What this task involves
Nothing but the lines from the start of the records through the line that contains "#95=ORIENTED_EDGE('',*,*,#76,.F.);" is to be copied, and each is to be copied exactly.

═════ Data to process

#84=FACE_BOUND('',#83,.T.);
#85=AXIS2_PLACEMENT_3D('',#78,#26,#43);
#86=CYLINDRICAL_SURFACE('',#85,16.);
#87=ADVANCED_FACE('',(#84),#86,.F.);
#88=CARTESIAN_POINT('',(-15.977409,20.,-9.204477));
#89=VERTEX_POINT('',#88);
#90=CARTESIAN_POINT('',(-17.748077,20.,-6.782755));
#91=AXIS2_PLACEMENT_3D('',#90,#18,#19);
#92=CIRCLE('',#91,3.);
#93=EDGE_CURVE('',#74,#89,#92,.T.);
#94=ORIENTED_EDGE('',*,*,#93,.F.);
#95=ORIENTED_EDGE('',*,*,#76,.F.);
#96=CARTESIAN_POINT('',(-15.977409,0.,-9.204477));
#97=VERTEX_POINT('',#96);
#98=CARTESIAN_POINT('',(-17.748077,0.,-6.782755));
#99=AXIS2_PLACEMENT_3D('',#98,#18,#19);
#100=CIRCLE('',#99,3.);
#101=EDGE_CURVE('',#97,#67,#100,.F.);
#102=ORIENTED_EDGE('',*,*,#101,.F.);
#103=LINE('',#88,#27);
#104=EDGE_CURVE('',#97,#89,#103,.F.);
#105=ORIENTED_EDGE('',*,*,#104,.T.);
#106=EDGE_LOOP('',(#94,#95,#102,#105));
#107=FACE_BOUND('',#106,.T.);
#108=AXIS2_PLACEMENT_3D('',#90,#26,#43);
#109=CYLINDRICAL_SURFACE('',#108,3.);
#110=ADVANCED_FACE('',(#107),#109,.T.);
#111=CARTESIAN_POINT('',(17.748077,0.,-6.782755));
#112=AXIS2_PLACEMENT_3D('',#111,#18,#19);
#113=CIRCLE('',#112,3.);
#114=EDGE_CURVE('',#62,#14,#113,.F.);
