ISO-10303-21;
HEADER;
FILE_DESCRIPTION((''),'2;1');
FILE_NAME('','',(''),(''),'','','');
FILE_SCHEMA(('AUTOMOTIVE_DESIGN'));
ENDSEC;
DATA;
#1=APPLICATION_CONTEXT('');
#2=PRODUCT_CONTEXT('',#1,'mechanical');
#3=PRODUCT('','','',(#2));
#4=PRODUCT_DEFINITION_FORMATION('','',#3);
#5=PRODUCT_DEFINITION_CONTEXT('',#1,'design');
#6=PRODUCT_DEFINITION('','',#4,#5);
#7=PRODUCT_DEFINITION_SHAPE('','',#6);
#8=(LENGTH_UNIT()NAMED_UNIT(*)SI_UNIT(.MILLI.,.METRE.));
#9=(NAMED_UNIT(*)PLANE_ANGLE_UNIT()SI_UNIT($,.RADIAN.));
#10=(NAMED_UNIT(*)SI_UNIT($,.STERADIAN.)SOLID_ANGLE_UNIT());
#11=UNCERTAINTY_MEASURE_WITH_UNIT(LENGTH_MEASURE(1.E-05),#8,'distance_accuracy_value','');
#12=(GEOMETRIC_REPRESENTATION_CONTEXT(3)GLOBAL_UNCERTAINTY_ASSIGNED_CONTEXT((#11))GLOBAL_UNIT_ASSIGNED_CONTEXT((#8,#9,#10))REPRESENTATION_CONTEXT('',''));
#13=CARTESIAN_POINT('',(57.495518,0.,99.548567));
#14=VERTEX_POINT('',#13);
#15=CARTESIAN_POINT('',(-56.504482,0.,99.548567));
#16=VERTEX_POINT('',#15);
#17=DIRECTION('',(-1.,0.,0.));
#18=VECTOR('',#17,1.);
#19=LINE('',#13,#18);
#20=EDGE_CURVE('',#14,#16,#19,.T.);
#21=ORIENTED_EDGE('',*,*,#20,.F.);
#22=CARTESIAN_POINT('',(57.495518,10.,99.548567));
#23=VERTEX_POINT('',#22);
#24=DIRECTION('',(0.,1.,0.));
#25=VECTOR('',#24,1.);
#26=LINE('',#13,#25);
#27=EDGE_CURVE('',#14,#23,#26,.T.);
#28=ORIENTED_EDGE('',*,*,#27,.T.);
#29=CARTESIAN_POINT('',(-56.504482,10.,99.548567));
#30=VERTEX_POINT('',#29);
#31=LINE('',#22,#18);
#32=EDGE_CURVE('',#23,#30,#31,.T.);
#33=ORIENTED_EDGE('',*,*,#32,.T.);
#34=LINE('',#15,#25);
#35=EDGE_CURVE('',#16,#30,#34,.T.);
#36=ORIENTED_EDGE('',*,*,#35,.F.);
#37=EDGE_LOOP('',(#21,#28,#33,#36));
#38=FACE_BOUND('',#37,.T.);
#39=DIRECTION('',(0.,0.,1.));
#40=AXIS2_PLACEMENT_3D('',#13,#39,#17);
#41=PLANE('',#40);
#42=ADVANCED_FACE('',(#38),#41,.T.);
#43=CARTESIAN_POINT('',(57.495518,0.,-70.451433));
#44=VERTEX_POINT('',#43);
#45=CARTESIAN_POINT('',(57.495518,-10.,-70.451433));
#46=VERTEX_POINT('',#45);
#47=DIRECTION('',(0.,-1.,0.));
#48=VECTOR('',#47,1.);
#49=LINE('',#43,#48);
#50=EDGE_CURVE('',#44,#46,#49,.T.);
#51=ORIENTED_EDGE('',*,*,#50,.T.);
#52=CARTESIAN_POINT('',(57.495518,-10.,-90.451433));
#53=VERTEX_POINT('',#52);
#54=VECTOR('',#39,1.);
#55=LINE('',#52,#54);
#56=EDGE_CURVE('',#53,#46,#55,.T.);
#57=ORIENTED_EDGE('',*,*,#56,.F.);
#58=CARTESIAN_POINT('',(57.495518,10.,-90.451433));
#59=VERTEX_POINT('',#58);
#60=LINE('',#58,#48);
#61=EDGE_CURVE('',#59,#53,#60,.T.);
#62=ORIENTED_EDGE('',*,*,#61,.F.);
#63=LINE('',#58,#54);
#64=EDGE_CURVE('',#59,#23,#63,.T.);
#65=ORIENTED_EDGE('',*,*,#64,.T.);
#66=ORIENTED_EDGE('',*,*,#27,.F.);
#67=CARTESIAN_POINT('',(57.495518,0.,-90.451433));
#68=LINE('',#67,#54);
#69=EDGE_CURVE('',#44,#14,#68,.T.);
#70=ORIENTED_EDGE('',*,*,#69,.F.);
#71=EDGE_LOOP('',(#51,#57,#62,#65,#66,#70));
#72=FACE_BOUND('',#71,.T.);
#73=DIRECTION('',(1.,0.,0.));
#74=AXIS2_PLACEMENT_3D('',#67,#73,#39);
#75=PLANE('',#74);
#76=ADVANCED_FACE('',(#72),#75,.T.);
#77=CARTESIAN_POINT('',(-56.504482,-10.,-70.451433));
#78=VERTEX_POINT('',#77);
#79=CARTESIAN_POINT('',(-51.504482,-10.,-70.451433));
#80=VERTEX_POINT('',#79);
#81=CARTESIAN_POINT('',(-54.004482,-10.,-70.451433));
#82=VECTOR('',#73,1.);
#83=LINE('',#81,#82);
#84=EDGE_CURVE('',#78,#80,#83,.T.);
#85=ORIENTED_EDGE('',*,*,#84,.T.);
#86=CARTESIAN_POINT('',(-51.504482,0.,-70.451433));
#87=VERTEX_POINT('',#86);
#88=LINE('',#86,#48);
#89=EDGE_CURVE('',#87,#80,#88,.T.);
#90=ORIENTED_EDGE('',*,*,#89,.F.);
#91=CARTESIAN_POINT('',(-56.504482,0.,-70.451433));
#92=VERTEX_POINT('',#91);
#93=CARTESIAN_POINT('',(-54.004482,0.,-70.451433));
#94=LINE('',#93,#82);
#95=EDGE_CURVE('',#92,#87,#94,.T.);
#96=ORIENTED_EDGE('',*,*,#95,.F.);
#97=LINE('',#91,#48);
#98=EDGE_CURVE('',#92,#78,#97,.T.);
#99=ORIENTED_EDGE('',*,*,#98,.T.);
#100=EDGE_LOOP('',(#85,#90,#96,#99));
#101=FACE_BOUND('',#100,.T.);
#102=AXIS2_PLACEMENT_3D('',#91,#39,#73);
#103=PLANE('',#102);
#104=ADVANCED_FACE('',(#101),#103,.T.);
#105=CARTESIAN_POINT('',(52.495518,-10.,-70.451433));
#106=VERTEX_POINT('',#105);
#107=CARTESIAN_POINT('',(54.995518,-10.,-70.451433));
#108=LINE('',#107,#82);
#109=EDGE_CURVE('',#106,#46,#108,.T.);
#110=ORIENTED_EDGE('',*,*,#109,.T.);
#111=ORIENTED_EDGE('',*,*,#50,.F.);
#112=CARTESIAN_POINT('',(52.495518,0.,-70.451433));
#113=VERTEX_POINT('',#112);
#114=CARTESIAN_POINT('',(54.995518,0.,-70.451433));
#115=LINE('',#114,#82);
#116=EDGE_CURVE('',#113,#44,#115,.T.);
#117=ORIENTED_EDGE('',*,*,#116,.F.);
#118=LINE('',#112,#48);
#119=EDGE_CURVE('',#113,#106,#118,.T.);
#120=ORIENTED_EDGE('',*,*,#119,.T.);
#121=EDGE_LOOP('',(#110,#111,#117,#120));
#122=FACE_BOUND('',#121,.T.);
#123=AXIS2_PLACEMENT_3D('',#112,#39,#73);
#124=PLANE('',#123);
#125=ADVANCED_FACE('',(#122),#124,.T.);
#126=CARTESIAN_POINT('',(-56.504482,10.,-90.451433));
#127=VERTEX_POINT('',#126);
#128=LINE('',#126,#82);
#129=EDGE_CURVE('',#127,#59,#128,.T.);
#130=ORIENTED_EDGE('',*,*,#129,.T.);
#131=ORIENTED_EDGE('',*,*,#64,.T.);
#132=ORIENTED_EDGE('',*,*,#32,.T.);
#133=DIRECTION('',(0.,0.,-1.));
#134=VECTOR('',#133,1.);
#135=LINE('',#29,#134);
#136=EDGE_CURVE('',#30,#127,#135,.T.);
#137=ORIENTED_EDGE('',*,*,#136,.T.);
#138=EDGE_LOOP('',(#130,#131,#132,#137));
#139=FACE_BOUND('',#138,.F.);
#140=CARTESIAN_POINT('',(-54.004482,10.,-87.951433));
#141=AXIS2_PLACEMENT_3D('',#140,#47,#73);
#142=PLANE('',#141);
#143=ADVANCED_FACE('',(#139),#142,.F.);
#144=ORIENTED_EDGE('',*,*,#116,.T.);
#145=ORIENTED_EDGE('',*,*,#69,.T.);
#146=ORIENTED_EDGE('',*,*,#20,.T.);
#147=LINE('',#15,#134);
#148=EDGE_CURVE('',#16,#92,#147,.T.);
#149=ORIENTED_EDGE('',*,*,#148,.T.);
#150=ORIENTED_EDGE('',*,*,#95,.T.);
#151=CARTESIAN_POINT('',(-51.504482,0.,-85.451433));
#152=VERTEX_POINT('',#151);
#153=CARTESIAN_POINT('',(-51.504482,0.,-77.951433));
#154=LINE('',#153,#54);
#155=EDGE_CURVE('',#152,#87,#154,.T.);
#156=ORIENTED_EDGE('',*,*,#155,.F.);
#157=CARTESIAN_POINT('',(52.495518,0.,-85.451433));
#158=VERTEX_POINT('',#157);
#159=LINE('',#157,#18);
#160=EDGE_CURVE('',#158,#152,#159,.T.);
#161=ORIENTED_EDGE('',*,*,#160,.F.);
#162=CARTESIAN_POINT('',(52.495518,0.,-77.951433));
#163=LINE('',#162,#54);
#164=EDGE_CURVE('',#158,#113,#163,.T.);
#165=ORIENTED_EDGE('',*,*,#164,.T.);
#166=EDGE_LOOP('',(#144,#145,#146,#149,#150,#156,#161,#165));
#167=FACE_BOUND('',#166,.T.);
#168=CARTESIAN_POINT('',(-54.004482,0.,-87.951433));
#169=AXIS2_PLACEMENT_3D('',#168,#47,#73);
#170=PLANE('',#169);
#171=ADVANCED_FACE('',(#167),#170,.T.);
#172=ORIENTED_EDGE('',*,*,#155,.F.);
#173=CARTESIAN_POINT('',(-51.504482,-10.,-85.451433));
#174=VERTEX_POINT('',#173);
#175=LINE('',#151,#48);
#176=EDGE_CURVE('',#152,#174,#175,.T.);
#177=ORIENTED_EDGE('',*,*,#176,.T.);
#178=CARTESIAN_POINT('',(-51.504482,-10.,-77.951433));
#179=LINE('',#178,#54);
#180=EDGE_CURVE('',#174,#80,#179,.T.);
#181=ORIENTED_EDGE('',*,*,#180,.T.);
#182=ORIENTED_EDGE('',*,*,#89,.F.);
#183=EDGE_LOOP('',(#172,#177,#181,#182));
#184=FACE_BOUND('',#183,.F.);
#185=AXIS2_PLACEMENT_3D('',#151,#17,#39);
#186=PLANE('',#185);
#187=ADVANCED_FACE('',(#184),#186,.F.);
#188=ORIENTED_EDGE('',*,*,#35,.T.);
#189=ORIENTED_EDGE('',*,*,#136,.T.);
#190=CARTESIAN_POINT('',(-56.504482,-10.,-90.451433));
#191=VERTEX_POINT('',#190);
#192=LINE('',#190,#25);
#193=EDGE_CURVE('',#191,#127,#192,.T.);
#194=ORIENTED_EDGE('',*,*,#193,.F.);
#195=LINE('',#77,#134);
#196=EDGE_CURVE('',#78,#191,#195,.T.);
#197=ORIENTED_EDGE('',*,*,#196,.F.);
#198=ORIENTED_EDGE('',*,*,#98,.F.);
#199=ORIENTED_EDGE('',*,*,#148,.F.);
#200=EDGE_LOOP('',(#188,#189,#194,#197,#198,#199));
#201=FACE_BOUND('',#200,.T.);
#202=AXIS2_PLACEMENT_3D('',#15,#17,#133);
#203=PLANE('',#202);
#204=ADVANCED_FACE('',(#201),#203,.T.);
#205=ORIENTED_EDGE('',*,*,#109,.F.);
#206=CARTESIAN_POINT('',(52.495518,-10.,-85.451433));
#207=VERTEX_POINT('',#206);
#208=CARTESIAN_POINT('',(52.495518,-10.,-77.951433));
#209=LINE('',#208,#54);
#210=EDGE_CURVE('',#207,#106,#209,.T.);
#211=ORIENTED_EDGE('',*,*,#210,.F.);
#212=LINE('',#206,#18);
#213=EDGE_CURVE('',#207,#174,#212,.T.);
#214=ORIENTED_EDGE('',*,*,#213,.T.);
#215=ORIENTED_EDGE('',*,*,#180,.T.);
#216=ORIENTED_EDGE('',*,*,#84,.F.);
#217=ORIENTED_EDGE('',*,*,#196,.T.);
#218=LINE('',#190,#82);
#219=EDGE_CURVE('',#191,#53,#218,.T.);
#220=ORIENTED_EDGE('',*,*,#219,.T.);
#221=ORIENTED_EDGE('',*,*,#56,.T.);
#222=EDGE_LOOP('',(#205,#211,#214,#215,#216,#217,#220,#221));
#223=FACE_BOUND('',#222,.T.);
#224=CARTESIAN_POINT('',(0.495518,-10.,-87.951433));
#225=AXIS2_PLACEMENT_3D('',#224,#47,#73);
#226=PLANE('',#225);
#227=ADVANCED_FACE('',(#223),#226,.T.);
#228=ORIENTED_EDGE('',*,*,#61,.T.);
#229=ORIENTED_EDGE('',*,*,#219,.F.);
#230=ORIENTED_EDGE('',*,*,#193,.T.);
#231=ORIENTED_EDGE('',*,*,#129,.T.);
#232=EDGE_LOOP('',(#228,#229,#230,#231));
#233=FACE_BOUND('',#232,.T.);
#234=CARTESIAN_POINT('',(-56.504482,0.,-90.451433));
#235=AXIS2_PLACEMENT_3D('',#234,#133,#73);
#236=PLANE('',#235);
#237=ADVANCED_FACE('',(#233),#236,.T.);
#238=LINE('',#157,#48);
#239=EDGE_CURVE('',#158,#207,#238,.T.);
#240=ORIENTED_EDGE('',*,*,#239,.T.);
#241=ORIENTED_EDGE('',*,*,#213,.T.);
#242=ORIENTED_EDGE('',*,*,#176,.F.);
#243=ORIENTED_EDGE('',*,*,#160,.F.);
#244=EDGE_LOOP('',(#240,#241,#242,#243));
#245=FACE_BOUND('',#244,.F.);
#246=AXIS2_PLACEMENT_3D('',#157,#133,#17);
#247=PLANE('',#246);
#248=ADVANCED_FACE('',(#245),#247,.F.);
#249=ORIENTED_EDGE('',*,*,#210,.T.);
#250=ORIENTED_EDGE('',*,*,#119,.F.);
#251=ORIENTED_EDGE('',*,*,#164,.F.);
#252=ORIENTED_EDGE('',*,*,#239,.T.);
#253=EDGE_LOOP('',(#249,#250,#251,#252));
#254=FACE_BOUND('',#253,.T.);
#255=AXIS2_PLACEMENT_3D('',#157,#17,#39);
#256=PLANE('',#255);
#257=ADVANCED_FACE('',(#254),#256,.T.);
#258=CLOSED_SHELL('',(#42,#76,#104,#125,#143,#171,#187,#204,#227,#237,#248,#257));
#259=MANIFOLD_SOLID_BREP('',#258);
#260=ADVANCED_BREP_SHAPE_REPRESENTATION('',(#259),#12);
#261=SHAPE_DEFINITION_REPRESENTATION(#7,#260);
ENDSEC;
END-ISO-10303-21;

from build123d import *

# Parameters (mm, degrees)
F0_W     = 104
F0_H     = 5
F0_W_2   = 5
F0_H_2   = 15
F1_DEPTH = 10
F2_DEPTH = 10


with BuildPart() as f1:
    # F0 (on Front) → F1 (new body)
    with BuildSketch(Plane.XZ):
        with Locations((0.4955184162, -87.9514326147)):
            Rectangle(F0_W, F0_H)
        with Locations((-54.0044815838, -87.9514326147)):
            Rectangle(F0_W_2, F0_H)
        with Locations((-54.0044815838, -77.9514326147)):
            Rectangle(F0_W_2, F0_H_2)
        with Locations((54.9955184162, -77.9514326147)):
            Rectangle(F0_W_2, F0_H_2)
        with Locations((54.9955184162, -87.9514326147)):
            Rectangle(F0_W_2, F0_H)
    extrude(amount=F1_DEPTH)

    # F0 (on Front) → F2 (join)
    with BuildSketch(Plane.XZ):
        with Locations((-54.0044815838, -87.9514326147)):
            Rectangle(F0_W_2, F0_H)
        with Locations((54.9955184162, -87.9514326147)):
            Rectangle(F0_W_2, F0_H)
        with Locations((0.4955184162, -87.9514326147)):
            Rectangle(F0_W, F0_H)
        with Locations((-54.0044815838, -77.9514326147)):
            Rectangle(F0_W_2, F0_H_2)
        with Locations((54.9955184162, -77.9514326147)):
            Rectangle(F0_W_2, F0_H_2)
        with Locations((0.4955184162, -77.9514326147)):
            Rectangle(F0_W, F0_H_2)
        Polygon((57.4955184162, 99.5485673853), (-56.5044815838, 99.5485673853), (-56.5044815838, -70.4514326147), (-51.5044815838, -70.4514326147), (52.4955184162, -70.4514326147), (57.4955184162, -70.4514326147), align=None)
    extrude(amount=-F2_DEPTH)


solid = f1.part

══════════

Exercise result
#84=FACE_BOUND('',#83,.T.);
#85=AXIS2_PLACEMENT_3D('',#78,#26,#43);
#86=CYLINDRICAL_SURFACE('',#85,16.);
#87=ADVANCED_FACE('',(#84),#86,.F.);
#88=CARTESIAN_POINT('',(-15.977409,20.,-9.204477));
#89=VERTEX_POINT('',#88);
#90=CARTESIAN_POINT('',(-17.748077,20.,-6.782755));
#91=AXIS2_PLACEMENT_3D('',#90,#18,#19);
#92=CIRCLE('',#91,3.);
#93=EDGE_CURVE('',#74,#89,#92,.T.);
#94=ORIENTED_EDGE('',*,*,#93,.F.);
#95=ORIENTED_EDGE('',*,*,#76,.F.);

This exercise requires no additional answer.